I met someone like Pixie once and I learned the hard way that they are best avoided and ignored. They are usually life’s survivors, have learned how to get by in the world and will happily turn on those trying to help. I attended a meditation class and got on well with the teacher, so when she moved the class to her own home I didn’t hesitate. There was talk of working together and I wrote a course on authenticity that combined meditation with art and writing therapy. It started successfully, then one weekend she disappeared with the keys to the premises we were hiring and wouldn’t divulge where she was. We carried on, but she told everyone we had pushed her out and stolen her idea. I found out she’d run a class in another town that she claimed was taken away from her by an ex-partner so she was having to start again. She didn’t mention that she’d stolen his car while drunk and crashed it, losing her licence. She hadn’t mentioned being bi-polar either, something I’d have supported her with. The last I heard she was in a relationship with a man who was buying her a hotel that she could run as a recovery centre. I realised that this was a pattern of self-sabotage and lashing out. Pixie felt like a similar character, who landed herself in difficult situations then found people who would rescue her. I worried that Gwen was going to lose out in helping this young woman. That she might easily cause Gwen harm, if it meant she could move on to the next ‘mark’. 
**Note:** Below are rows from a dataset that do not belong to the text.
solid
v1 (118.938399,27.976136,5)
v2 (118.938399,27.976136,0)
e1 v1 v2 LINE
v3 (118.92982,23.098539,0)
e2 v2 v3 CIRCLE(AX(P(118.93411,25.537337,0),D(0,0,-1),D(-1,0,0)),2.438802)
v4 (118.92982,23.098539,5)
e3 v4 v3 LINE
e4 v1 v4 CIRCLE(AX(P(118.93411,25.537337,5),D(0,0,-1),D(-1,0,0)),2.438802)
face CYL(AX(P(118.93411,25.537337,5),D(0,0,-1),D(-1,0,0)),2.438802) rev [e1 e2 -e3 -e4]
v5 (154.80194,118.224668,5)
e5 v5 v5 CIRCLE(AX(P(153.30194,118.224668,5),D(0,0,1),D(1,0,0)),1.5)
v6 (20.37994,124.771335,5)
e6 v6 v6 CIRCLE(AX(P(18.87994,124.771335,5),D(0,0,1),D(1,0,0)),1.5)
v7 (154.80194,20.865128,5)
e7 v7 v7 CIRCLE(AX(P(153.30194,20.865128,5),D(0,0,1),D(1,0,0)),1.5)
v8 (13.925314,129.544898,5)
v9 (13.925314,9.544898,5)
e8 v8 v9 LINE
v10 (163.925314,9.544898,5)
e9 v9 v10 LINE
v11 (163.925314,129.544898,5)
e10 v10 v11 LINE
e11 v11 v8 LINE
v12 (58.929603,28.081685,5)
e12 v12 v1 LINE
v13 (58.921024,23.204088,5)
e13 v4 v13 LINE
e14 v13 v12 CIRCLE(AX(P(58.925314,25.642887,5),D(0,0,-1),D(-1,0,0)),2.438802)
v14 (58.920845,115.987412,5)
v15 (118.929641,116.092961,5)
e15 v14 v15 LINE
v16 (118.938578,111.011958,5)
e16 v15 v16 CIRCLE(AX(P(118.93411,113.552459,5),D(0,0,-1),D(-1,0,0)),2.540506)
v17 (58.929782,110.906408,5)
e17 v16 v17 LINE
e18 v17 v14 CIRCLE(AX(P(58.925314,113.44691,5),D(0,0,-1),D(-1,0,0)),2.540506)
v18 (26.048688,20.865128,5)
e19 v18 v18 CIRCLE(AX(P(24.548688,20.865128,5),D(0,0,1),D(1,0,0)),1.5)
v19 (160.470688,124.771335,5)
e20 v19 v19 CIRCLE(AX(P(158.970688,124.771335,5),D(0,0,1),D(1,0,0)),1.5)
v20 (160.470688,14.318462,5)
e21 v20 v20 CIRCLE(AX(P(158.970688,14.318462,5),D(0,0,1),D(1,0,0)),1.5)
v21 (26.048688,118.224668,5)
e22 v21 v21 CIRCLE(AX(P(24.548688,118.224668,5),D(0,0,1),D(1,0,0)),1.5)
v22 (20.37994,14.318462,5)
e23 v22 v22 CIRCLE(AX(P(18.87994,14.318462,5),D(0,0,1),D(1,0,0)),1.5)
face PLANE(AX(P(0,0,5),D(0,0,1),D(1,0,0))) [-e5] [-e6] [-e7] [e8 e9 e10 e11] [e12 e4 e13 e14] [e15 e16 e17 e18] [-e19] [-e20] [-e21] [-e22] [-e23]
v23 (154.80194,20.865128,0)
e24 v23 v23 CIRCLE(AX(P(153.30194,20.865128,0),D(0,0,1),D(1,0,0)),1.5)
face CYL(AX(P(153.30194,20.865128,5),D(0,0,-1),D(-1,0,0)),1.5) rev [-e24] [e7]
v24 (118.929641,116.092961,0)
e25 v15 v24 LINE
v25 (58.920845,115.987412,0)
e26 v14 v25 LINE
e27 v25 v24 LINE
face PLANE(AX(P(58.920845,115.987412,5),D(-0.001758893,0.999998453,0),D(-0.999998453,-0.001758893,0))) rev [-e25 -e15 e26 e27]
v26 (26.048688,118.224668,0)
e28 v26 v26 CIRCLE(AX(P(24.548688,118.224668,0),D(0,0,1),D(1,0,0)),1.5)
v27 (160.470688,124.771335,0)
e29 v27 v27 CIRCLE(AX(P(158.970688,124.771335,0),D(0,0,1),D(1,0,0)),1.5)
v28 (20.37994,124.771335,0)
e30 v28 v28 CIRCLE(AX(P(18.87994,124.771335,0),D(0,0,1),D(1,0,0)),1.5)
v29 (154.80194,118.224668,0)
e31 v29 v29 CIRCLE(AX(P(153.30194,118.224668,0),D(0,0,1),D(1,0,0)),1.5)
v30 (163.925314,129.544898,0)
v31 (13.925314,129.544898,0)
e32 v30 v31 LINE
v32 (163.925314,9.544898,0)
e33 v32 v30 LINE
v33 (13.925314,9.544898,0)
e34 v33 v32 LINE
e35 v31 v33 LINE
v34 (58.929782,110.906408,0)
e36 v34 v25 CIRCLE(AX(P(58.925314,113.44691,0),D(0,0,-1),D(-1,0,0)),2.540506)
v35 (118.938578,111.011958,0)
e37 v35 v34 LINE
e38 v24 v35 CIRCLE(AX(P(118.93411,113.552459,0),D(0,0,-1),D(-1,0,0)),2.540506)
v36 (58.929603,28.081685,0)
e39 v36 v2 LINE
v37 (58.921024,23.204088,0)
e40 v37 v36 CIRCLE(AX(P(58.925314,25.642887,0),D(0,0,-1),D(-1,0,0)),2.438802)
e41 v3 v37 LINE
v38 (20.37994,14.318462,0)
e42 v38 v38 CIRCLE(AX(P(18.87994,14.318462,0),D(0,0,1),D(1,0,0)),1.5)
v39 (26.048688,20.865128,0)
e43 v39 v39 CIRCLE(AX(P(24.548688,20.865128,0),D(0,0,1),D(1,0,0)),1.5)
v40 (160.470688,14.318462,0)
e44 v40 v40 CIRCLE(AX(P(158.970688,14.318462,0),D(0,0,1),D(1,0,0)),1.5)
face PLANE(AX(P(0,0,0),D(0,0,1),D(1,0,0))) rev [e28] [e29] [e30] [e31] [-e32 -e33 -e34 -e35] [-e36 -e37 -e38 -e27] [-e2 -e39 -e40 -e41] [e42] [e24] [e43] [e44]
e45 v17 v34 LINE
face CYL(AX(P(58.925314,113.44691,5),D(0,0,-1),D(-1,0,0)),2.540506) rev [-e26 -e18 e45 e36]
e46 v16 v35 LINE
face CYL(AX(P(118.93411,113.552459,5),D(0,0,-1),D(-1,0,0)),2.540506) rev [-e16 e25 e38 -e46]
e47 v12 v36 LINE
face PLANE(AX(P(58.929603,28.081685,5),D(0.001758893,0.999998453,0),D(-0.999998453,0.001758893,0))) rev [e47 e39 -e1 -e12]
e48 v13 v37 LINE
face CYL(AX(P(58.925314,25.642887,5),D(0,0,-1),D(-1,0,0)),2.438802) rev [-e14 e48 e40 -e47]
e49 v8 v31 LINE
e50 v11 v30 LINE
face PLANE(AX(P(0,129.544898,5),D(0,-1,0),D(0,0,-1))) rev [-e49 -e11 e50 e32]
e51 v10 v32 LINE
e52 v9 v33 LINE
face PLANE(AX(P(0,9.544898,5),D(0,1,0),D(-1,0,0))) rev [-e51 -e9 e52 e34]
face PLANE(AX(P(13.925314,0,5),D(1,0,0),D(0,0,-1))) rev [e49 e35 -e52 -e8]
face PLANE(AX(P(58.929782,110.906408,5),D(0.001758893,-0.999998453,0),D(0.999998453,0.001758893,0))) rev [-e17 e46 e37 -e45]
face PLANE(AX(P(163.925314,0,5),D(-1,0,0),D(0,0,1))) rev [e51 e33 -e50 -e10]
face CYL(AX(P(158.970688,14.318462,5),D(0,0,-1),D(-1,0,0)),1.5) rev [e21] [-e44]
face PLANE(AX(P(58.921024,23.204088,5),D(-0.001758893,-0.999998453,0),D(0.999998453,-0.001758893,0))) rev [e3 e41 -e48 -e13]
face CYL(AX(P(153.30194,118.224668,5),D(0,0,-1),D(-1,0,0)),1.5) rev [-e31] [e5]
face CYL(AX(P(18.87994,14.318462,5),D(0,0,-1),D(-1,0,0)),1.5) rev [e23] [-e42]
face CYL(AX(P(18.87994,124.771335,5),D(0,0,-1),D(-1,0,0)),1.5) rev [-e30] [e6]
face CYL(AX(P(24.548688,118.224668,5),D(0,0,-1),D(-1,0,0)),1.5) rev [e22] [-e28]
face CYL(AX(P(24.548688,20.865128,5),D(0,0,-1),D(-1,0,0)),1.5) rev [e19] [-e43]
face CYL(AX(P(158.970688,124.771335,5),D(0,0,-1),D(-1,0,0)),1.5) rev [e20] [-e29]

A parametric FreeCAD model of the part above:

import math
import FreeCAD as App
import Part
import Sketcher


def add_polygon(sketch, points):
    """Adds a closed chain of lines whose ends are joined by coincident constraints."""
    first, n = sketch.GeometryCount, len(points)
    for a, b in zip(points, points[1:] + points[:1]):
        sketch.addGeometry(Part.LineSegment(App.Vector(*a, 0), App.Vector(*b, 0)), False)
    for i in range(n):
        sketch.addConstraint(Sketcher.Constraint("Coincident", first + i, 2, first + (i + 1) % n, 1))

doc = App.newDocument("Part")
params = doc.addObject("Spreadsheet::Sheet", "Params")
for row, (alias, value) in enumerate([
    ("sketch1_diameter", "3 mm"),
    ("sketch1_width", "150 mm"),
    ("sketch1_height", "120 mm"),
    ("pad1_length", "5 mm"),
], start=1):
    params.set(f"A{row}", alias)
    params.set(f"B{row}", "=" + value)
    params.setAlias(f"B{row}", alias)

body = doc.addObject("PartDesign::Body", "Body")

# Sketch on XY plane
sketch1 = doc.addObject("Sketcher::SketchObject", "Sketch")
body.addObject(sketch1)
sketch1.AttachmentSupport = (doc.XY_Plane, [""])
sketch1.MapMode = "FlatFace"
add_polygon(sketch1, [(13.9, 129.5), (13.9, 9.5), (163.9, 9.5), (163.9, 129.5)])  # lines 0-3
sketch1.addGeometry(Part.Circle(App.Vector(18.9, 14.3, 0), App.Vector(0, 0, 1), 1.5), False)  # 4
sketch1.addGeometry(Part.Circle(App.Vector(24.5, 20.9, 0), App.Vector(0, 0, 1), 1.5), False)  # 5
sketch1.addGeometry(Part.Circle(App.Vector(159, 14.3, 0), App.Vector(0, 0, 1), 1.5), False)  # 6
sketch1.addGeometry(Part.Circle(App.Vector(153.3, 20.9, 0), App.Vector(0, 0, 1), 1.5), False)  # 7
sketch1.addGeometry(Part.Circle(App.Vector(24.5, 118.2, 0), App.Vector(0, 0, 1), 1.5), False)  # 8
sketch1.addGeometry(Part.Circle(App.Vector(18.9, 124.8, 0), App.Vector(0, 0, 1), 1.5), False)  # 9
sketch1.addGeometry(Part.Circle(App.Vector(153.3, 118.2, 0), App.Vector(0, 0, 1), 1.5), False)  # 10
sketch1.addGeometry(Part.Circle(App.Vector(159, 124.8, 0), App.Vector(0, 0, 1), 1.5), False)  # 11
sketch1.addConstraint(Sketcher.Constraint("Vertical", 0))
sketch1.addConstraint(Sketcher.Constraint("Horizontal", 1))
sketch1.addConstraint(Sketcher.Constraint("Vertical", 2))
sketch1.addConstraint(Sketcher.Constraint("Horizontal", 3))
sketch1.addConstraint(Sketcher.Constraint("Equal", 4, 5))
sketch1.addConstraint(Sketcher.Constraint("Equal", 5, 6))
sketch1.addConstraint(Sketcher.Constraint("Equal", 6, 7))
sketch1.addConstraint(Sketcher.Constraint("Equal", 7, 8))
sketch1.addConstraint(Sketcher.Constraint("Equal", 8, 9))
sketch1.addConstraint(Sketcher.Constraint("Equal", 9, 10))
sketch1.addConstraint(Sketcher.Constraint("Equal", 10, 11))
sketch1.addConstraint(Sketcher.Constraint("Horizontal", 4, 3, 6, 3))
sketch1.addConstraint(Sketcher.Constraint("Horizontal", 5, 3, 7, 3))
sketch1.addConstraint(Sketcher.Constraint("Horizontal", 8, 3, 10, 3))
sketch1.addConstraint(Sketcher.Constraint("Horizontal", 9, 3, 11, 3))
sketch1.addConstraint(Sketcher.Constraint("Vertical", 5, 3, 8, 3))
sketch1.addConstraint(Sketcher.Constraint("Vertical", 4, 3, 9, 3))
sketch1.addConstraint(Sketcher.Constraint("Vertical", 7, 3, 10, 3))
sketch1.addConstraint(Sketcher.Constraint("Vertical", 6, 3, 11, 3))
sketch1.addConstraint(Sketcher.Constraint("Diameter", 4, 3.0))
sketch1.addConstraint(Sketcher.Constraint("DistanceX", 1, 1, 1, 2, 150.0))
sketch1.addConstraint(Sketcher.Constraint("DistanceY", 0, 2, 0, 1, 120.0))
sketch1.addConstraint(Sketcher.Constraint("DistanceX", 5, 3, 6, 3, 134.422))
sketch1.addConstraint(Sketcher.Constraint("DistanceX", 4, 3, 7, 3, 134.422))
sketch1.addConstraint(Sketcher.Constraint("DistanceY", -1, 1, 0, 2, 9.544898))
sketch1.addConstraint(Sketcher.Constraint("DistanceX", -1, 1, 4, 3, 18.87994))
sketch1.addConstraint(Sketcher.Constraint("DistanceY", -1, 1, 4, 3, 14.318462))
sketch1.addConstraint(Sketcher.Constraint("DistanceY", -1, 1, 5, 3, 20.865128))
sketch1.addConstraint(Sketcher.Constraint("DistanceY", -1, 1, 8, 3, 118.224668))
sketch1.addConstraint(Sketcher.Constraint("DistanceX", 4, 3, 6, 3, 140.090748))
sketch1.addConstraint(Sketcher.Constraint("DistanceY", -1, 1, 9, 3, 124.771335))
sketch1.addConstraint(Sketcher.Constraint("DistanceX", -1, 1, 0, 2, 13.925314))
sketch1.setExpression("Constraints[23]", "Params.sketch1_diameter")
sketch1.setExpression("Constraints[24]", "Params.sketch1_width")
sketch1.setExpression("Constraints[25]", "Params.sketch1_height")
pad1 = doc.addObject("PartDesign::Pad", "Pad")
body.addObject(pad1)
pad1.Profile = sketch1
pad1.setExpression("Length", "Params.pad1_length")

# Sketch on XY plane
sketch2 = doc.addObject("Sketcher::SketchObject", "Sketch001")
body.addObject(sketch2)
sketch2.AttachmentSupport = (doc.XY_Plane, [""])
sketch2.MapMode = "FlatFace"
sketch2.addGeometry(Part.LineSegment(App.Vector(118.9, 111, 0), App.Vector(58.9, 110.9, 0)), False)
sketch2.addGeometry(Part.ArcOfCircle(Part.Circle(App.Vector(58.9, 113.4, 0), App.Vector(0, 0, 1), 2.5), math.radians(90), math.radians(270)), False)
sketch2.addGeometry(Part.LineSegment(App.Vector(58.9, 116, 0), App.Vector(118.9, 116.1, 0)), False)
sketch2.addGeometry(Part.ArcOfCircle(Part.Circle(App.Vector(118.9, 113.6, 0), App.Vector(0, 0, 1), 2.5), math.radians(-90), math.radians(90)), False)
sketch2.addGeometry(Part.LineSegment(App.Vector(118.9, 23.1, 0), App.Vector(58.9, 23.2, 0)), False)
sketch2.addGeometry(Part.ArcOfCircle(Part.Circle(App.Vector(58.9, 25.6, 0), App.Vector(0, 0, 1), 2.4), math.radians(90), math.radians(270)), False)
sketch2.addGeometry(Part.LineSegment(App.Vector(58.9, 28.1, 0), App.Vector(118.9, 28, 0)), False)
sketch2.addGeometry(Part.ArcOfCircle(Part.Circle(App.Vector(118.9, 25.5, 0), App.Vector(0, 0, 1), 2.4), math.radians(-90), math.radians(90)), False)
sketch2.addConstraint(Sketcher.Constraint("Tangent", 0, 2, 1, 2))
sketch2.addConstraint(Sketcher.Constraint("Tangent", 1, 1, 2, 1))
sketch2.addConstraint(Sketcher.Constraint("Tangent", 2, 2, 3, 2))
sketch2.addConstraint(Sketcher.Constraint("Tangent", 3, 1, 0, 1))
sketch2.addConstraint(Sketcher.Constraint("Tangent", 4, 2, 5, 2))
sketch2.addConstraint(Sketcher.Constraint("Tangent", 5, 1, 6, 1))
sketch2.addConstraint(Sketcher.Constraint("Tangent", 6, 2, 7, 2))
sketch2.addConstraint(Sketcher.Constraint("Tangent", 7, 1, 4, 1))
sketch2.addConstraint(Sketcher.Constraint("Equal", 1, 3))
sketch2.addConstraint(Sketcher.Constraint("Equal", 5, 7))
sketch2.addConstraint(Sketcher.Constraint("Vertical", 1, 3, 5, 3))
sketch2.addConstraint(Sketcher.Constraint("Vertical", 3, 3, 7, 3))
sketch2.addConstraint(Sketcher.Constraint("Radius", 1, 2.540506))
sketch2.addConstraint(Sketcher.Constraint("Radius", 5, 2.438802))
sketch2.addConstraint(Sketcher.Constraint("DistanceX", -1, 1, 6, 2, 118.938399))
sketch2.addConstraint(Sketcher.Constraint("Distance", 0, 60.008889))
sketch2.addConstraint(Sketcher.Constraint("DistanceY", -1, 1, 1, 3, 113.44691))
sketch2.addConstraint(Sketcher.Constraint("DistanceX", -1, 1, 3, 3, 118.93411))
sketch2.addConstraint(Sketcher.Constraint("DistanceY", -1, 1, 3, 3, 113.552459))
sketch2.addConstraint(Sketcher.Constraint("DistanceY", -1, 1, 4, 2, 23.204088))
pocket1 = doc.addObject("PartDesign::Pocket", "Pocket")
body.addObject(pocket1)
pocket1.Profile = sketch2
pocket1.Type = "ThroughAll"
pocket1.Reversed = True

doc.recompute()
I was absolutely gripped by this story and definitely recognised elements of it. I could see that some people would come out of this totally untouched while others could be left confused or even culpable. I don’t want to ruin the book by giving you any more details, but it is classic Candlish. Like her last novel that tackled the problem of second homes on the coast, she’s hit the zeitgeist with this one. We’ve all seen how social media has become lawless with so many different people, including authors, caught up in a public judge and jury situation. It’s hard to know how a targeted individual copes psychologically when they’re being exposed or made out to be something they’re not. How do they keep their self-image intact when the general public have a very different idea of who they are? Everyone in this story, apart from Gwen, has a very fluid set of morals. Even her own children. There’s a lot here that’s totally unfair and raises the blood pressure a little! It’s no wonder the atmosphere in the apartments becomes a pressure cooker. I devoured this in two sittings and I’m sure you will too. 

Meet the Author

Louise’s latest release, A NEIGHBOUR’S GUIDE TO MURDER, was published in July 2025 and her latest paperback is OUR HOLIDAY, a Sunday Times bestseller, WHSmith Richard & Judy Book Club pick and Theakston Old Peculier Crime Novel of the Year 2025 nominee. It features love-to-hate characters Perry and Charlotte, second home owners in the idyllic English beach resort of Pine Ridge. It’s now in development for the screen.

Last year Louise celebrated her 20th anniversary as an author with the news of two prestigious awards for her 90s-set thriller THE ONLY SUSPECT: the Capital Crime Fingerprint Award for Thriller of the Year and the Ned Kelly Award for Best International Crime Fiction. Stay tuned for TV news on that one too.

OUR HOUSE is now a major four-part ITV drama starring Martin Compston and Tuppence Middleton (watch the full series free on ITVX). This is the novel that turned her career around, winning the 2019 British Book Awards Book of the Year – Crime & Thriller and shortlisted for the Goldsboro Books Glass Bell Award, the Capital Crime Amazon Publishing Best Crime Novel of the Year Award, and the Audible Sounds of Crime Award. It was also longlisted for the Theakston Old Peculier Crime Novel of the Year Award and the Specsavers National Book Awards. A Waterstones Thriller of the Month, it recently received a Nielsen Bestseller Silver Award for 250,000 copies sold.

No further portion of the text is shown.